◆ Data provided:
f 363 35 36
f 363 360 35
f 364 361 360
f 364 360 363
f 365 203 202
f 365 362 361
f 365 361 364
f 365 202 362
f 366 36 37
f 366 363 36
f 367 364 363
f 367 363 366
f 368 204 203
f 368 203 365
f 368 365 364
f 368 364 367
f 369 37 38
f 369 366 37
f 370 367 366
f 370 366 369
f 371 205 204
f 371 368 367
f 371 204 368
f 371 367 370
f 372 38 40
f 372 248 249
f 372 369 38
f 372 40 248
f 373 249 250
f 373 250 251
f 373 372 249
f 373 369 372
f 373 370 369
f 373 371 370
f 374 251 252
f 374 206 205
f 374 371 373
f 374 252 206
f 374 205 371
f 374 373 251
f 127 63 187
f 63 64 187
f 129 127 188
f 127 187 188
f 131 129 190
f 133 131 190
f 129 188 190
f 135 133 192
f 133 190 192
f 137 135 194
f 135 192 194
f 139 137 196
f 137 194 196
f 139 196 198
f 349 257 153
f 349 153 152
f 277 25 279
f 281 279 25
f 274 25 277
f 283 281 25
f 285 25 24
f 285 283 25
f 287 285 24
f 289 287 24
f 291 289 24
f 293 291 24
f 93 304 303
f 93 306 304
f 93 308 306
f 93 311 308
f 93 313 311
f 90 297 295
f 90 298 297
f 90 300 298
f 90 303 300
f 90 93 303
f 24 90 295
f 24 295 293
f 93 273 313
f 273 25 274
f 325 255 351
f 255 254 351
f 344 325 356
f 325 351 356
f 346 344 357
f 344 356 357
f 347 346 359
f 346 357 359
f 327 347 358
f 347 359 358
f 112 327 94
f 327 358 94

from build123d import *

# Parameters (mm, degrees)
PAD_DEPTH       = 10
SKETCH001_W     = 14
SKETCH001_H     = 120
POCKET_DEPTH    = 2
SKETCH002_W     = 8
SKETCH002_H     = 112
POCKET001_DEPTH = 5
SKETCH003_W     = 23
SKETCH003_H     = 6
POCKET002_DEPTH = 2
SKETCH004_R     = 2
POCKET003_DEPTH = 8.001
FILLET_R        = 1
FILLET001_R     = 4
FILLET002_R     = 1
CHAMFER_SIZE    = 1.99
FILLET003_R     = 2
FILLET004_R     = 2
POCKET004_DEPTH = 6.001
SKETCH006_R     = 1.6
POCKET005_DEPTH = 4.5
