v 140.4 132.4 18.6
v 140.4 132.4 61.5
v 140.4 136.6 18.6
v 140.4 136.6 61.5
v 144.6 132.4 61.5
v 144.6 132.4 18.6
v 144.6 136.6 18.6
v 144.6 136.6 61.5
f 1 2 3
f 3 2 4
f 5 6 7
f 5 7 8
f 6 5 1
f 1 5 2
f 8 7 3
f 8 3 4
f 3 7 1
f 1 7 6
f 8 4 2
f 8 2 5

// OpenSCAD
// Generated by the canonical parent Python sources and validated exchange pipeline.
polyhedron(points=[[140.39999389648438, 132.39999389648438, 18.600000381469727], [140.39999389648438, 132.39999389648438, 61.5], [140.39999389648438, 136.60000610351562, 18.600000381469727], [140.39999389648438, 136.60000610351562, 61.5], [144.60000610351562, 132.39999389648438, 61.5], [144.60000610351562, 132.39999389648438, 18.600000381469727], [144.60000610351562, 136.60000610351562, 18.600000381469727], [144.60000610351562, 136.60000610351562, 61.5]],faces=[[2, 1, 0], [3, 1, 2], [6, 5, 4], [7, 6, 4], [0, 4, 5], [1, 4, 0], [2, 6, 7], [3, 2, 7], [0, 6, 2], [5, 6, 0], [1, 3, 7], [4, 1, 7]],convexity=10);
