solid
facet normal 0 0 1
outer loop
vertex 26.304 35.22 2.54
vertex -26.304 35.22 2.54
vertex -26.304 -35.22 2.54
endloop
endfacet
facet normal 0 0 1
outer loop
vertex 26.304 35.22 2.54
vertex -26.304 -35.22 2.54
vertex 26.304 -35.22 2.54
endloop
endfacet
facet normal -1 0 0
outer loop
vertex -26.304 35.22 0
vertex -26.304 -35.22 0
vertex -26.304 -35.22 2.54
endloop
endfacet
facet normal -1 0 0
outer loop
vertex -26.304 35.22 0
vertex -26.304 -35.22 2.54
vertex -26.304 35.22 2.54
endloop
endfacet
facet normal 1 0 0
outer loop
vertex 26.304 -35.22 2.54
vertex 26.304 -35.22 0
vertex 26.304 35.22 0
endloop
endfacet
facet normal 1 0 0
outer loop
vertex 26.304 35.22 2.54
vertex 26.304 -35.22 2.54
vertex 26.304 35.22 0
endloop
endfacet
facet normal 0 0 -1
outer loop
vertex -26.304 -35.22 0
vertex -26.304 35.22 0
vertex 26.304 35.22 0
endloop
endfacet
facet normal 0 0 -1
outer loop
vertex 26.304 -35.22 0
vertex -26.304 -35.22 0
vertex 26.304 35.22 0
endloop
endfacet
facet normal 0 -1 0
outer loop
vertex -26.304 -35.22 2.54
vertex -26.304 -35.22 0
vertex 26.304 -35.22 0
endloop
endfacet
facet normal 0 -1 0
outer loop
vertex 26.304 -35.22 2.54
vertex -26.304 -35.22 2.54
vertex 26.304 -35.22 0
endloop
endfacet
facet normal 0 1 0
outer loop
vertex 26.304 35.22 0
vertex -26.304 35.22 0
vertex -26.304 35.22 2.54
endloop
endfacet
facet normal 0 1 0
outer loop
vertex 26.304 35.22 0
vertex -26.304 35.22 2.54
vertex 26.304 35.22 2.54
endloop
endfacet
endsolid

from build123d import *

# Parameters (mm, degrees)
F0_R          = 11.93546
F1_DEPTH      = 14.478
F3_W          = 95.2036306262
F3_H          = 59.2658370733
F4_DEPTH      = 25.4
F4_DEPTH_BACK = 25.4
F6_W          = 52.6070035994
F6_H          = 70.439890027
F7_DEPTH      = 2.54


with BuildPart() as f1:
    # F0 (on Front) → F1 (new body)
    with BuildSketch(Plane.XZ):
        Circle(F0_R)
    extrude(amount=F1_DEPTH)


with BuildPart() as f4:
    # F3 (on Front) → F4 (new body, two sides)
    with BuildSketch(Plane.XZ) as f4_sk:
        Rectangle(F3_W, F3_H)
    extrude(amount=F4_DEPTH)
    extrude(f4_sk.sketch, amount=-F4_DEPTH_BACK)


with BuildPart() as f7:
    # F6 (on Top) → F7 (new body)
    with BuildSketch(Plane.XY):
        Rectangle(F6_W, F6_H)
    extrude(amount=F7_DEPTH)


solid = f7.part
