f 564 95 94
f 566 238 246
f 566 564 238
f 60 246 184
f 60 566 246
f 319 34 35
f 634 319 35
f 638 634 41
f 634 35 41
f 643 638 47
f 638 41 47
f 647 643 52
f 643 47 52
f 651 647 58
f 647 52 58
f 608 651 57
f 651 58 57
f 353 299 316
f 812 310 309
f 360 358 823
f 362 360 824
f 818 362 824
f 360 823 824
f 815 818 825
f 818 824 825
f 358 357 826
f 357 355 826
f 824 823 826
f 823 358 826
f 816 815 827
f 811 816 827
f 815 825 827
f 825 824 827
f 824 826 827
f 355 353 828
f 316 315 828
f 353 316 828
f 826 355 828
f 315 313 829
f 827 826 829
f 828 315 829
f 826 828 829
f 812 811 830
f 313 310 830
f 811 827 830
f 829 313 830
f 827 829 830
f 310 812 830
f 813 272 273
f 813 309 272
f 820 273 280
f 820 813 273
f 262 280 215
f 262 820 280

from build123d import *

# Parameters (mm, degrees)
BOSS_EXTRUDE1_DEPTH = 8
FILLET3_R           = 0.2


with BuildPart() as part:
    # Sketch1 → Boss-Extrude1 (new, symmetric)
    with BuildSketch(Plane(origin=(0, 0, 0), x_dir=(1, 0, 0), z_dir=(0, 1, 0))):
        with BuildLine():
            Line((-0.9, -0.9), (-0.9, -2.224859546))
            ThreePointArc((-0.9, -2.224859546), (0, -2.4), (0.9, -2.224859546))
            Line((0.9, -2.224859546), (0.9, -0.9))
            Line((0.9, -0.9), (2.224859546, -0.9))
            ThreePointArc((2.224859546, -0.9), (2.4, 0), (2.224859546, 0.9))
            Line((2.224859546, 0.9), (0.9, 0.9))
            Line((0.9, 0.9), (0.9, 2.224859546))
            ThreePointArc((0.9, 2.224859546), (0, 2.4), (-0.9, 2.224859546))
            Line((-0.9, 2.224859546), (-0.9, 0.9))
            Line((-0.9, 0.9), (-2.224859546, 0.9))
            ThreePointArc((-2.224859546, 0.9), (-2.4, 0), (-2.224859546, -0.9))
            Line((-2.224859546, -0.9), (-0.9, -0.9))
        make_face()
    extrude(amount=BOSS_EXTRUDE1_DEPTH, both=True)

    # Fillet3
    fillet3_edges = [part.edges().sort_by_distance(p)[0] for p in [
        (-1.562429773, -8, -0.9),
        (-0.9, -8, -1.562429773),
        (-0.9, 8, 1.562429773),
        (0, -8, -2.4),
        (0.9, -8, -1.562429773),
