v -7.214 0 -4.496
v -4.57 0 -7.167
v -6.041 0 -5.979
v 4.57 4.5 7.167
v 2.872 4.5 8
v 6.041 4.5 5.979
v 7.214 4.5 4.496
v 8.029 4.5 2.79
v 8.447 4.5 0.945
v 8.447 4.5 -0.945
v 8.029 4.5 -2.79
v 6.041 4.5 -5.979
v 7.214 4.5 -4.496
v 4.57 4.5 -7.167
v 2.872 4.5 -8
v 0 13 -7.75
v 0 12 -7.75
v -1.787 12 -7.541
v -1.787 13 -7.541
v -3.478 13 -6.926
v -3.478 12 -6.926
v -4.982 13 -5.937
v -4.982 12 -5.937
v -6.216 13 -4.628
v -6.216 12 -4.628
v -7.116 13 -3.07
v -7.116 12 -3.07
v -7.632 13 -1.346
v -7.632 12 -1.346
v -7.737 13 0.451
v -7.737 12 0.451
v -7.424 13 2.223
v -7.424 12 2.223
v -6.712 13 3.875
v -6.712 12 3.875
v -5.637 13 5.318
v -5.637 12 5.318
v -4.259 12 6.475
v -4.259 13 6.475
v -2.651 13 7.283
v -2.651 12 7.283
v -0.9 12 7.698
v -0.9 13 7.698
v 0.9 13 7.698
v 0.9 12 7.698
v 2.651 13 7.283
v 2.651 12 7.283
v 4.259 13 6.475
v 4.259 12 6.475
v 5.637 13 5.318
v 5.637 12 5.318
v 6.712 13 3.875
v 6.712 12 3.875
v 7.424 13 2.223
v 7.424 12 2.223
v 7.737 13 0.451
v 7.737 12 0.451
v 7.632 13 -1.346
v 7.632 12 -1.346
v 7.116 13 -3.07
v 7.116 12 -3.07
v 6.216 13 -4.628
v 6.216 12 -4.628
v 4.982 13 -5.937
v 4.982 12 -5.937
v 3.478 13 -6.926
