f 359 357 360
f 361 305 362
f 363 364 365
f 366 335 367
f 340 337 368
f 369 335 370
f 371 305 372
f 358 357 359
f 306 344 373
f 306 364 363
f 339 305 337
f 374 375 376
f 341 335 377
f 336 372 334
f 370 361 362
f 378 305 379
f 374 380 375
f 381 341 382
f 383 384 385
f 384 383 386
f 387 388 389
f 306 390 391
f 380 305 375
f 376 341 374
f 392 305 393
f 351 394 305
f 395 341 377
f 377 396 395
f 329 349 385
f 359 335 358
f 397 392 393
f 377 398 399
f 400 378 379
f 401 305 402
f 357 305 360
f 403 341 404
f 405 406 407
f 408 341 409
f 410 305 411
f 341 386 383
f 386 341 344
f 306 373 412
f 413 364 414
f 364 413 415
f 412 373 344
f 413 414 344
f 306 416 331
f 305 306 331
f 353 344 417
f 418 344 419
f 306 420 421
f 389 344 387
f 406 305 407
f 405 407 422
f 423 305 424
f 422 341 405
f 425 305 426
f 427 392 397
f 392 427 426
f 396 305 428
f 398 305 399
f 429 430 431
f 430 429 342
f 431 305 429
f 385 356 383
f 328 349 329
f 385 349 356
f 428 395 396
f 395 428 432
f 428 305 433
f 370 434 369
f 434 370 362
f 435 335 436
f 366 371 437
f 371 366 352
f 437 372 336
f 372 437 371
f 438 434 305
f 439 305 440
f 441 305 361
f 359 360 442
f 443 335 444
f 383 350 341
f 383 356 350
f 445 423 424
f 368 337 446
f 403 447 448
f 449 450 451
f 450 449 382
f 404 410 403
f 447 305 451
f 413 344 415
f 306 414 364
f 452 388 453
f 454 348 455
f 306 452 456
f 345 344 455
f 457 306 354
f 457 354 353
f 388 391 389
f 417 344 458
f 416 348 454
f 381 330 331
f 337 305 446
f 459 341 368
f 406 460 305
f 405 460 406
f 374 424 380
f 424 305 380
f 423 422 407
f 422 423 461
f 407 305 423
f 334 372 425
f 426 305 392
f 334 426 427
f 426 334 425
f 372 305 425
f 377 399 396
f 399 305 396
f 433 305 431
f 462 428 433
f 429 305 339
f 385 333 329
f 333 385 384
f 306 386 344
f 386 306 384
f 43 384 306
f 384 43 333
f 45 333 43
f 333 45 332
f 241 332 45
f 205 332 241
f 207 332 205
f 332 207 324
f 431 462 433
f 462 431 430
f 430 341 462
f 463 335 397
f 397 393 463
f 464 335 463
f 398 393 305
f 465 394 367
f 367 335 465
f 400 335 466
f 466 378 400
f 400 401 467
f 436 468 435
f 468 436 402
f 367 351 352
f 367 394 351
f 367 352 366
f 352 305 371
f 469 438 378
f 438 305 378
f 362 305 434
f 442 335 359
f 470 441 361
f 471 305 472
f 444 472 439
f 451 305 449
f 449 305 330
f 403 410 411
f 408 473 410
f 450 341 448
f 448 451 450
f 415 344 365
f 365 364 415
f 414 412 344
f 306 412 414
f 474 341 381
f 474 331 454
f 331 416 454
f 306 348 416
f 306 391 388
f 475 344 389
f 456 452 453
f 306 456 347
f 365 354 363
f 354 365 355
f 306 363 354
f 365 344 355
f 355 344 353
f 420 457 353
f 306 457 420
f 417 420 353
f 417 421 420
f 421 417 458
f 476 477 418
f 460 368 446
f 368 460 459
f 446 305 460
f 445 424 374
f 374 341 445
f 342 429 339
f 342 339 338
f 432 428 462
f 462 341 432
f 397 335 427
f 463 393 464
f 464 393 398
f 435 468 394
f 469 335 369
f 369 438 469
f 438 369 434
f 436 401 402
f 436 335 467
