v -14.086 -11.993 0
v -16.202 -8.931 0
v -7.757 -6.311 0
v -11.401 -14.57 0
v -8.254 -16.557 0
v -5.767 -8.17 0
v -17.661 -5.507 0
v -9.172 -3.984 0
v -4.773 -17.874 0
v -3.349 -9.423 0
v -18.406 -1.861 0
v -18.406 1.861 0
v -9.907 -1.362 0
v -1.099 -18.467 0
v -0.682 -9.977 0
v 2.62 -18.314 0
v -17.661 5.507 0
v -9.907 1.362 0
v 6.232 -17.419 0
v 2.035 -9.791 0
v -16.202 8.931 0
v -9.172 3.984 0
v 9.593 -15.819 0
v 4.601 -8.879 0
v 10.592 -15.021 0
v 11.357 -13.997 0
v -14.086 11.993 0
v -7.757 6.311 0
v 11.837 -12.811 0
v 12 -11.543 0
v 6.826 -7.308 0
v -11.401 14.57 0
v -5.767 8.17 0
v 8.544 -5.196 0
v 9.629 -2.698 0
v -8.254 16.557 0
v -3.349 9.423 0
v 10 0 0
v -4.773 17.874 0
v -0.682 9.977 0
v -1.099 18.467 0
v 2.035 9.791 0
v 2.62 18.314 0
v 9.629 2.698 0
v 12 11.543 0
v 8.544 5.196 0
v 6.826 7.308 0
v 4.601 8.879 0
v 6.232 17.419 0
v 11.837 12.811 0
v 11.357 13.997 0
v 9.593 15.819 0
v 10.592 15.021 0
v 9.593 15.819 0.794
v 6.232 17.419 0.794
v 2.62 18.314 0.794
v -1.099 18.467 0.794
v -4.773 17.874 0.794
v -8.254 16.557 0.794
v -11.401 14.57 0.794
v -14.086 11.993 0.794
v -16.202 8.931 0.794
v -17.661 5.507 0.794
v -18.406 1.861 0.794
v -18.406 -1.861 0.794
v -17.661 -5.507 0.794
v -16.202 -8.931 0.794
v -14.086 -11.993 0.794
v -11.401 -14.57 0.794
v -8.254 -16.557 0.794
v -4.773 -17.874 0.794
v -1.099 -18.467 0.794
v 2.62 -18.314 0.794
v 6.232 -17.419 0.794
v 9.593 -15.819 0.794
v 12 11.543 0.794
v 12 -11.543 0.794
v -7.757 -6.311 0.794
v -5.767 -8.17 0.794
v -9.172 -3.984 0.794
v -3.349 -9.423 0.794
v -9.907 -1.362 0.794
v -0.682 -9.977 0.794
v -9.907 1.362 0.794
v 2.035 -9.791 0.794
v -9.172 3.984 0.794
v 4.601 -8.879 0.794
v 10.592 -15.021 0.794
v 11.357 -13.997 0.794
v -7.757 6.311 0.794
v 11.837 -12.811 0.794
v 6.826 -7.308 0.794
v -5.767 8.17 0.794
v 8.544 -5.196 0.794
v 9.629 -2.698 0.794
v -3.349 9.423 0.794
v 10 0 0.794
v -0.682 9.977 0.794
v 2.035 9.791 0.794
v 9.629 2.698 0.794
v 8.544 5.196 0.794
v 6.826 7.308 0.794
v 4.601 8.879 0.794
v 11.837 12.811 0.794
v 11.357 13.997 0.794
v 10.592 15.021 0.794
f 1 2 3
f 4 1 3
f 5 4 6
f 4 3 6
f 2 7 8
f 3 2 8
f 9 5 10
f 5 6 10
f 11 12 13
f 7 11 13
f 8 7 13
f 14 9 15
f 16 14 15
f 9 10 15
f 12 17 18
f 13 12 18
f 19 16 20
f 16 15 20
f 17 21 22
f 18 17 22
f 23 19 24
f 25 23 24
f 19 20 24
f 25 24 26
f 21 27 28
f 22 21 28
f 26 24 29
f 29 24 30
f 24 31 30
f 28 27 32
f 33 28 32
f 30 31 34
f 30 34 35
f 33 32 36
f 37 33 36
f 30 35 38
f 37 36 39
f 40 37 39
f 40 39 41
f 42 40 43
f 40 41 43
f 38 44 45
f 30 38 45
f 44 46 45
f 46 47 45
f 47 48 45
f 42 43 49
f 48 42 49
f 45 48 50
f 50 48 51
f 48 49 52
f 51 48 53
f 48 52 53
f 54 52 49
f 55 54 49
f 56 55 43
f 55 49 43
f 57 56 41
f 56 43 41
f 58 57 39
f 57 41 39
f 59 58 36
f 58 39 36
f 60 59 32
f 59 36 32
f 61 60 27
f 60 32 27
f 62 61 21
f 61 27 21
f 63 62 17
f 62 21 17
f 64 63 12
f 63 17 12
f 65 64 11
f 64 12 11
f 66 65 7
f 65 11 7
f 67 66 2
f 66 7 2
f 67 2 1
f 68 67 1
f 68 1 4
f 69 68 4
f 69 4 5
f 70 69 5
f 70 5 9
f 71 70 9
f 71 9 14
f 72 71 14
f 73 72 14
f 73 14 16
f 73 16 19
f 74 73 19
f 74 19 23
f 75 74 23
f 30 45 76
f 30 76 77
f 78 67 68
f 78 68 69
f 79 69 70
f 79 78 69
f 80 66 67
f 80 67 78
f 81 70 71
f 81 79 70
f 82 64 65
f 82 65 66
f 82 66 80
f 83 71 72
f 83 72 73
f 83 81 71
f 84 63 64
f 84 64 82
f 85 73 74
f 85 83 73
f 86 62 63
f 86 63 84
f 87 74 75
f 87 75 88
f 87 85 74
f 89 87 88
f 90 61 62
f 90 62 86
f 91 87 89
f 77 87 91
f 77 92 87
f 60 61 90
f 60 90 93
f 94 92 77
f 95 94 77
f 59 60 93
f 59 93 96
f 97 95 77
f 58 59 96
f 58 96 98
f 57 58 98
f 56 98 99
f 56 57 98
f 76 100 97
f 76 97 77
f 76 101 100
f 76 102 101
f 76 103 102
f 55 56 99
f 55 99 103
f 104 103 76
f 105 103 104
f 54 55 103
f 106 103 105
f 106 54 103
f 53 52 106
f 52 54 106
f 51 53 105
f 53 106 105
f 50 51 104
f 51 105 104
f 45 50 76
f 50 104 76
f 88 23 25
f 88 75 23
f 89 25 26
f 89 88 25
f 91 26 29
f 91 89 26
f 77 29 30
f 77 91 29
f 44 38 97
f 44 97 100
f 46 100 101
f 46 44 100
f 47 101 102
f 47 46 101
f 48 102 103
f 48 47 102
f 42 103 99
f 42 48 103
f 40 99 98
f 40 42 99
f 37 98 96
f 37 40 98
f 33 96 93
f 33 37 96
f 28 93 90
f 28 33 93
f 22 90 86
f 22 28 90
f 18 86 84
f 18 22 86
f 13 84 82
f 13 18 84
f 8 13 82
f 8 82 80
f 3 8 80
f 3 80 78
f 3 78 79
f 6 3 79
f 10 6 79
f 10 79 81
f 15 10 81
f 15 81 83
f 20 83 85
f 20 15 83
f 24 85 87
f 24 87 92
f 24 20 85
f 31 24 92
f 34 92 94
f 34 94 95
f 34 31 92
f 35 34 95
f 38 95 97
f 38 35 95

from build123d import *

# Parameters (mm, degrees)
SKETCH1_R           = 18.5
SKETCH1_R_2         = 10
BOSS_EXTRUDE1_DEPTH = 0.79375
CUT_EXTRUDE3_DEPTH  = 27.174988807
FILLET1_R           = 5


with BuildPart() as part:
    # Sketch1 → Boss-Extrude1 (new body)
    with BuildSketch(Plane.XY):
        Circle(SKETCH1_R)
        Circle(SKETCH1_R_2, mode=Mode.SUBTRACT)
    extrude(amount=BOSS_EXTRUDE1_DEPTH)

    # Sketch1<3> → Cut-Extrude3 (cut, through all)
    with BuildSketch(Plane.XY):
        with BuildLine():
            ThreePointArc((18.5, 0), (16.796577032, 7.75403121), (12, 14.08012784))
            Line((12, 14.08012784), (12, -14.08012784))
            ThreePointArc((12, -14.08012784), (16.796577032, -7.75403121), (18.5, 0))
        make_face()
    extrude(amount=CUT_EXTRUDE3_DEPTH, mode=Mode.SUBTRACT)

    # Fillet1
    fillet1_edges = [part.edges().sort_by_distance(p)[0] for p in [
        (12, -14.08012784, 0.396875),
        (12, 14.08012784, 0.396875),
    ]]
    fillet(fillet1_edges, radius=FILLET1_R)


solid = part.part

◆ Task requirements:
The lines from the beginning of the records through the line containing "POCKET002_DEPTH = 2" should be reproduced exactly. Include nothing else.

◆ Solved problem:
f 363 35 36
f 363 360 35
f 364 361 360
f 364 360 363
f 365 203 202
f 365 362 361
f 365 361 364
f 365 202 362
f 366 36 37
f 366 363 36
f 367 364 363
f 367 363 366
f 368 204 203
f 368 203 365
f 368 365 364
f 368 364 367
f 369 37 38
f 369 366 37
f 370 367 366
f 370 366 369
f 371 205 204
f 371 368 367
f 371 204 368
f 371 367 370
f 372 38 40
f 372 248 249
f 372 369 38
f 372 40 248
f 373 249 250
f 373 250 251
f 373 372 249
f 373 369 372
f 373 370 369
f 373 371 370
f 374 251 252
f 374 206 205
f 374 371 373
f 374 252 206
f 374 205 371
f 374 373 251
f 127 63 187
f 63 64 187
f 129 127 188
f 127 187 188
f 131 129 190
f 133 131 190
f 129 188 190
f 135 133 192
f 133 190 192
f 137 135 194
f 135 192 194
f 139 137 196
f 137 194 196
f 139 196 198
f 349 257 153
f 349 153 152
f 277 25 279
f 281 279 25
f 274 25 277
f 283 281 25
f 285 25 24
f 285 283 25
f 287 285 24
f 289 287 24
f 291 289 24
f 293 291 24
f 93 304 303
f 93 306 304
f 93 308 306
f 93 311 308
f 93 313 311
f 90 297 295
f 90 298 297
f 90 300 298
f 90 303 300
f 90 93 303
f 24 90 295
f 24 295 293
f 93 273 313
f 273 25 274
f 325 255 351
f 255 254 351
f 344 325 356
f 325 351 356
f 346 344 357
f 344 356 357
f 347 346 359
f 346 357 359
f 327 347 358
f 347 359 358
f 112 327 94
f 327 358 94

from build123d import *

# Parameters (mm, degrees)
PAD_DEPTH       = 10
SKETCH001_W     = 14
SKETCH001_H     = 120
POCKET_DEPTH    = 2
SKETCH002_W     = 8
SKETCH002_H     = 112
POCKET001_DEPTH = 5
SKETCH003_W     = 23
SKETCH003_H     = 6
POCKET002_DEPTH = 2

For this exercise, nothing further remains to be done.